Marcelo Justo/Folha Imagem
Haila Baldin Fernandes Inácio, 6, portadora da síndrome de Williams que vive em Valinhos


DO ENVIADO A VALINHOS

Pobre da gata Cristal. Quando Haila, 6 anos, corre atrás dela, abraça a felina com tanta força que chega a deixá-la sem fôlego. Lembra a Felícia, personagem de desenho animado que queria "apertar e amar para toda a vida" os animais que apareciam na sua frente.
Não é só com a gata que Haila simpatiza, porém. Quando a mãe, Ana Carolina Baldin, a leva ao shopping ou ao supermercado, não há uma pessoa que não receba um "oi, tudo bem?" da menina. Ela gosta especialmente de idosos.

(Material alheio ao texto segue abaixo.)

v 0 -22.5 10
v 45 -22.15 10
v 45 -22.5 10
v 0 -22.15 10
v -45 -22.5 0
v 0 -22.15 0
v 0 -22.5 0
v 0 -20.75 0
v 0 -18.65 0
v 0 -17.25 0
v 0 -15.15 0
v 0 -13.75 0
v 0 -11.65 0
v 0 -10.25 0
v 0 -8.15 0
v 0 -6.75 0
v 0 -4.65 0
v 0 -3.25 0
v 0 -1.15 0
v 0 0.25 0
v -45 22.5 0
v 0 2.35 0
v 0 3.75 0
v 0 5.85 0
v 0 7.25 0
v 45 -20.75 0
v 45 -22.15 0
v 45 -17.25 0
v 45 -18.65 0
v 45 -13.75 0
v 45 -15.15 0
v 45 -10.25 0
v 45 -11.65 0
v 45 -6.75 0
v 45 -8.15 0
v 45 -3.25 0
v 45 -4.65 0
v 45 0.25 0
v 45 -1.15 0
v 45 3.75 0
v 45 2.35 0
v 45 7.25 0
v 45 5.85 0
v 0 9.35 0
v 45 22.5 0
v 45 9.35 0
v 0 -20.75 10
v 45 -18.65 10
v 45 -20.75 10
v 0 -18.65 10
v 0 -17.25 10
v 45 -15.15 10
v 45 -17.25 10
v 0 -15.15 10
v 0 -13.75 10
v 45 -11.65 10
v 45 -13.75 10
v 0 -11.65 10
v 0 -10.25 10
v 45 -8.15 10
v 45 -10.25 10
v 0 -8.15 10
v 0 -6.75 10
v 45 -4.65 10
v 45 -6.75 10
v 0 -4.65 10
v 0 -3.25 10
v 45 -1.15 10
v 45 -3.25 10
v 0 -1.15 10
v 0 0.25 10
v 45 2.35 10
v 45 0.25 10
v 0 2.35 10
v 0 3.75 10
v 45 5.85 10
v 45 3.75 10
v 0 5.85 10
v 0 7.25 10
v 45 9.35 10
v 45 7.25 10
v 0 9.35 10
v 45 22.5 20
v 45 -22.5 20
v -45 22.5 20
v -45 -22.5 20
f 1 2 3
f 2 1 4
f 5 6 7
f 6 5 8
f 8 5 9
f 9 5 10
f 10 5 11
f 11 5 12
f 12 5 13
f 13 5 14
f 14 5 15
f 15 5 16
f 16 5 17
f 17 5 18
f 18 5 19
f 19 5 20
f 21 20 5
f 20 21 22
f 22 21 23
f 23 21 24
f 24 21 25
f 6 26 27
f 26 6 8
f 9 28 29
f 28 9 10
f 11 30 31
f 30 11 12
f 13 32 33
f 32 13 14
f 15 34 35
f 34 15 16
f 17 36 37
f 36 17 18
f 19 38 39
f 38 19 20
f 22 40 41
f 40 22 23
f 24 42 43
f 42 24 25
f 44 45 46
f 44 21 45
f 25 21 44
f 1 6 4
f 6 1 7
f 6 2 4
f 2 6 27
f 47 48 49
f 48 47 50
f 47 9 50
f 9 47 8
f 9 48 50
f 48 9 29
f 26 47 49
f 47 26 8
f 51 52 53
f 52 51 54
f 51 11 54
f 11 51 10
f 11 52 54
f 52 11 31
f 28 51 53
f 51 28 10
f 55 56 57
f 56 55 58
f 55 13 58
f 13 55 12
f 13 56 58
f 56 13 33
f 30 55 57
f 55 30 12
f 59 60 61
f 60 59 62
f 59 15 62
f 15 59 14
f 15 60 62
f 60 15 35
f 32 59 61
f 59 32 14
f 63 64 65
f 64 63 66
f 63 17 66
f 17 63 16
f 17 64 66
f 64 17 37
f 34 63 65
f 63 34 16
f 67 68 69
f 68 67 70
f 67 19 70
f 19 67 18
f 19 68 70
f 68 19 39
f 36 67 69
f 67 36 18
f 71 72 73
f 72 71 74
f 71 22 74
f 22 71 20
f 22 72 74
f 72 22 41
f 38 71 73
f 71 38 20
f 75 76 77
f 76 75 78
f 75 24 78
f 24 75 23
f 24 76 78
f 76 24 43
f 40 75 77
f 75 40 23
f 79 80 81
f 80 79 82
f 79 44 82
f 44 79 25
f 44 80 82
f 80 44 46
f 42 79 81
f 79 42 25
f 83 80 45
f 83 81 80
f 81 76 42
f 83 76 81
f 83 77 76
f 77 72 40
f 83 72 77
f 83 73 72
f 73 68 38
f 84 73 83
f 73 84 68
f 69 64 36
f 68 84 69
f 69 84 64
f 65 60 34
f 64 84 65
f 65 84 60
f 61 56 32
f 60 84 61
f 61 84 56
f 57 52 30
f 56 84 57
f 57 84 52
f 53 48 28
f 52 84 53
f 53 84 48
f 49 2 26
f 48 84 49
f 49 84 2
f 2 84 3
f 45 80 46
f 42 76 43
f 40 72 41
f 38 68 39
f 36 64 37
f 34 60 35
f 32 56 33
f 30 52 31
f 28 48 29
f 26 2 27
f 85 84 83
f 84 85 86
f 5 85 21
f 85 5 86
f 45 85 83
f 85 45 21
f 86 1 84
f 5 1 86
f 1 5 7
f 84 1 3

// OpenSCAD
// Drying rack for microscope slides - a solid base block with a row of parallel slots open at the
// top, so slides standing on their long edge are half immersed in water and dry upright. NOVEL
// general part (a generic "slide rack" rather than any one lab's part).
//

slides   = 10;
slide_l  = 75;
slide_w  = 25;
slide_t  = 1;
base_l   = 90;
base_w   = 45;
base_h   = 20;
slot_l   = 77;
slot_w   = 1.6;
slot_d   = 10;
pitch    = 3.5;

$fn = 48;

slot_w_eff = slot_w + 0.5;   // open the cut so it doesn't bridge between pixels

difference() {
    translate([-base_l / 2, -base_w / 2, 0]) cube([base_l, base_w, base_h]);
    for (i = [0 : slides - 1])
        translate([0, -base_w / 2 - pitch / 2 + i * pitch, 0])
            cube([slot_l, slot_w_eff, slot_d]);
}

Nada de racismo: ela fica entusiasmada quando vê negros -talvez por achá-los diferentes de si mesma e da família. "Ela ama senhores negros de cabelo branco, quer puxar, abraçar, sentar no colo", diz a mãe.

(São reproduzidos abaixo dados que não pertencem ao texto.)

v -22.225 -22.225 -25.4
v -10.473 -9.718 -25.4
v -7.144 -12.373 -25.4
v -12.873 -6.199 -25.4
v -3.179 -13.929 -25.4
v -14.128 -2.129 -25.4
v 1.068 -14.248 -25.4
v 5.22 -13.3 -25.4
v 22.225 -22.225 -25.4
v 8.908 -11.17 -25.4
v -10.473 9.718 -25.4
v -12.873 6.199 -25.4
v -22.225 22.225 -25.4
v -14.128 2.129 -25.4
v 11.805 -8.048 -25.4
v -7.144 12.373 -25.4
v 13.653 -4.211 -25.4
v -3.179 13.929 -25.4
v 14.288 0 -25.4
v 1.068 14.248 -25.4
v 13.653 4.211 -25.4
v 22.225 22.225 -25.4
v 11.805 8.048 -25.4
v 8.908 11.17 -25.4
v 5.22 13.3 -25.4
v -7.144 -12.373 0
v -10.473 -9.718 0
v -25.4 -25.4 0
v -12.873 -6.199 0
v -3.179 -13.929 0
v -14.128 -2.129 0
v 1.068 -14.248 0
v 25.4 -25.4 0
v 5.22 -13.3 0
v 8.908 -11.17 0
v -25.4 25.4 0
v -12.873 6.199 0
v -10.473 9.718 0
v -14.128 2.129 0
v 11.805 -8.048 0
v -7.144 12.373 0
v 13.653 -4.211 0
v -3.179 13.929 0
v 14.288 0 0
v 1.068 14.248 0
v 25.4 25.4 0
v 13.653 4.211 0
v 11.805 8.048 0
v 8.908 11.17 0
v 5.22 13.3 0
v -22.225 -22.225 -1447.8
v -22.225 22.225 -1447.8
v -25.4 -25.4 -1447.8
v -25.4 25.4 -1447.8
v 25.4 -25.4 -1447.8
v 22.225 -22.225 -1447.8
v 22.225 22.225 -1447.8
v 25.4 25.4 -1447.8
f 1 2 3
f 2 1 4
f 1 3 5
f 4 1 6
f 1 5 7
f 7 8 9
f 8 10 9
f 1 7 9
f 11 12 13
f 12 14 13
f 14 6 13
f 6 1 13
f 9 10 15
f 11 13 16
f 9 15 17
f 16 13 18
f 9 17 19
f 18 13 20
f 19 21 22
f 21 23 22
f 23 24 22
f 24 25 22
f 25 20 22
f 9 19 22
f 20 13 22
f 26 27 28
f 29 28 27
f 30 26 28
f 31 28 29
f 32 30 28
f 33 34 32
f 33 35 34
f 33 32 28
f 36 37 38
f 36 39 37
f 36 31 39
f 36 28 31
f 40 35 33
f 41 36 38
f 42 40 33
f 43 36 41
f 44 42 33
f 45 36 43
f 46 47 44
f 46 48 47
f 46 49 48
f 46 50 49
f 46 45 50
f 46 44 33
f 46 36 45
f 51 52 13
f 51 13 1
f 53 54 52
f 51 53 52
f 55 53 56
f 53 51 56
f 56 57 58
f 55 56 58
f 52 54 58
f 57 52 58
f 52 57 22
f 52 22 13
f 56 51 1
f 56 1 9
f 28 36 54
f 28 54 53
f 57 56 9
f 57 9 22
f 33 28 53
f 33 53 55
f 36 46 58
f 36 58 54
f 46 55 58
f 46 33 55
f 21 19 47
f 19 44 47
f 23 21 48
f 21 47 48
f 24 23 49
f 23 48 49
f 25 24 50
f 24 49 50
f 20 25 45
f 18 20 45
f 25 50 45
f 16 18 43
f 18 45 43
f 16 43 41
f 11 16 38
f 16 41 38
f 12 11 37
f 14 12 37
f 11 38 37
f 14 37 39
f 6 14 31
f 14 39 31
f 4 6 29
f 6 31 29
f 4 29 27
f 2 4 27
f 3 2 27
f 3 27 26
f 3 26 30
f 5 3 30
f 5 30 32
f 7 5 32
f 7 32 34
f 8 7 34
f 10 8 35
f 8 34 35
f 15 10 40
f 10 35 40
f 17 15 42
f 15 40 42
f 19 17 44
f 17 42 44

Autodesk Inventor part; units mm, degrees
ref_plane "YZ Plane" through (0, 0, 0) normal (1, 0, 0) x (0, 1, 0)
ref_plane "XZ Plane" through (0, 0, 0) normal (0, 1, 0) x (-1, 0, 0)
ref_plane "XY Plane" through (0, 0, 0) normal (0, 0, 1) x (1, 0, 0)
sketch "Sketch1" plane through (0, 0, 0) normal (0, 0, 1) x (1, 0, 0)
  line L0 (-25.4, -25.4) -> (25.4, -25.4)
  line L1 (25.4, -25.4) -> (25.4, 25.4)
  line L2 (25.4, 25.4) -> (-25.4, 25.4)
  line L3 (-25.4, 25.4) -> (-25.4, -25.4)
  line L4 (-25.4, -25.4) -> (25.4, 25.4) construction
  line L5 (25.4, -25.4) -> (-25.4, 25.4) construction
  line L6 (-22.225, -22.225) -> (22.225, -22.225)
  line L7 (22.225, -22.225) -> (22.225, 22.225)
  line L8 (22.225, 22.225) -> (-22.225, 22.225)
  line L9 (-22.225, 22.225) -> (-22.225, -22.225)
  line L10 (-22.225, -22.225) -> (22.225, 22.225) construction
  line L11 (22.225, -22.225) -> (-22.225, 22.225) construction
  point P0 (0, 0)
  dimension "d0" = 50.8
  dimension "d1" = 50.8
  dimension "d2" = 3.175
  dimension "d3" = 3.175
extrude "Extrusion1" add sketch "Sketch1" against normal blind 1447.8
sketch "Sketch2" plane through (0, 0, 0) normal (0, 0, 1) x (1, 0, 0)
  circle A0 centre (0, 0) radius 14.2875
  line L0 (-22.225, -22.225) -> (22.225, -22.225)
  line L1 (22.225, -22.225) -> (22.225, 22.225)
  line L2 (22.225, 22.225) -> (-22.225, 22.225)
  line L3 (-22.225, 22.225) -> (-22.225, -22.225)
  line L4 (-22.225, -22.225) -> (22.225, 22.225) construction
  line L5 (22.225, -22.225) -> (-22.225, 22.225) construction
  dimension "d6" = 28.575
extrude "Extrusion2" add sketch "Sketch2" against normal blind 25.4
properties part number "2x2x1_8_tubeForLift" material "Aluminum 6061"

É típico da síndrome de Williams não sentir receio de estranhos. Por mais querida que possa ser uma criança que não tem grandes restrições à socialização -é cativante quando a menina segura as visitas querendo evitar que elas deixem a casa-, isso faz com que a mãe acabe tendo um trabalho danado para cuidar dela.
Não é difícil de entender. Mesmo que um rottweiler esteja latindo bravo, a garota quer ir abraçar e beijar o bicho. Diferentemente de crianças que se escondem atrás dos pais quando cercadas de estranhos, não é preciso muito para que Haila desapareça no meio da multidão quando a mãe se distrai. "É difícil, por exemplo, num lugar como uma loja de departamentos, cheio de CDs, DVDs, brinquedos, chocolates, um monte de coisas que chamam a atenção da Haila. Qualquer desatenção é perigosa", afirma ela.

Mapa na cabeça
Por isso, Baldin acabou, diz, tornando-se especialista em mapear ambientes. "Ao entrar em uma loja, já reparo onde estão as saídas. Caso a Haila suma, consigo ter certeza de que ela não vai sair de lá", diz.
Haila adora passear de carro e já foi pega entrando em automóveis parados na rua, mesmo de desconhecidos. Não se sabe quem levou o susto maior: a mãe, quando percebeu que ela tinha sumido, ou o sujeito que, ao dar partida no veículo, percebeu estar acompanhado de uma criança empolgada.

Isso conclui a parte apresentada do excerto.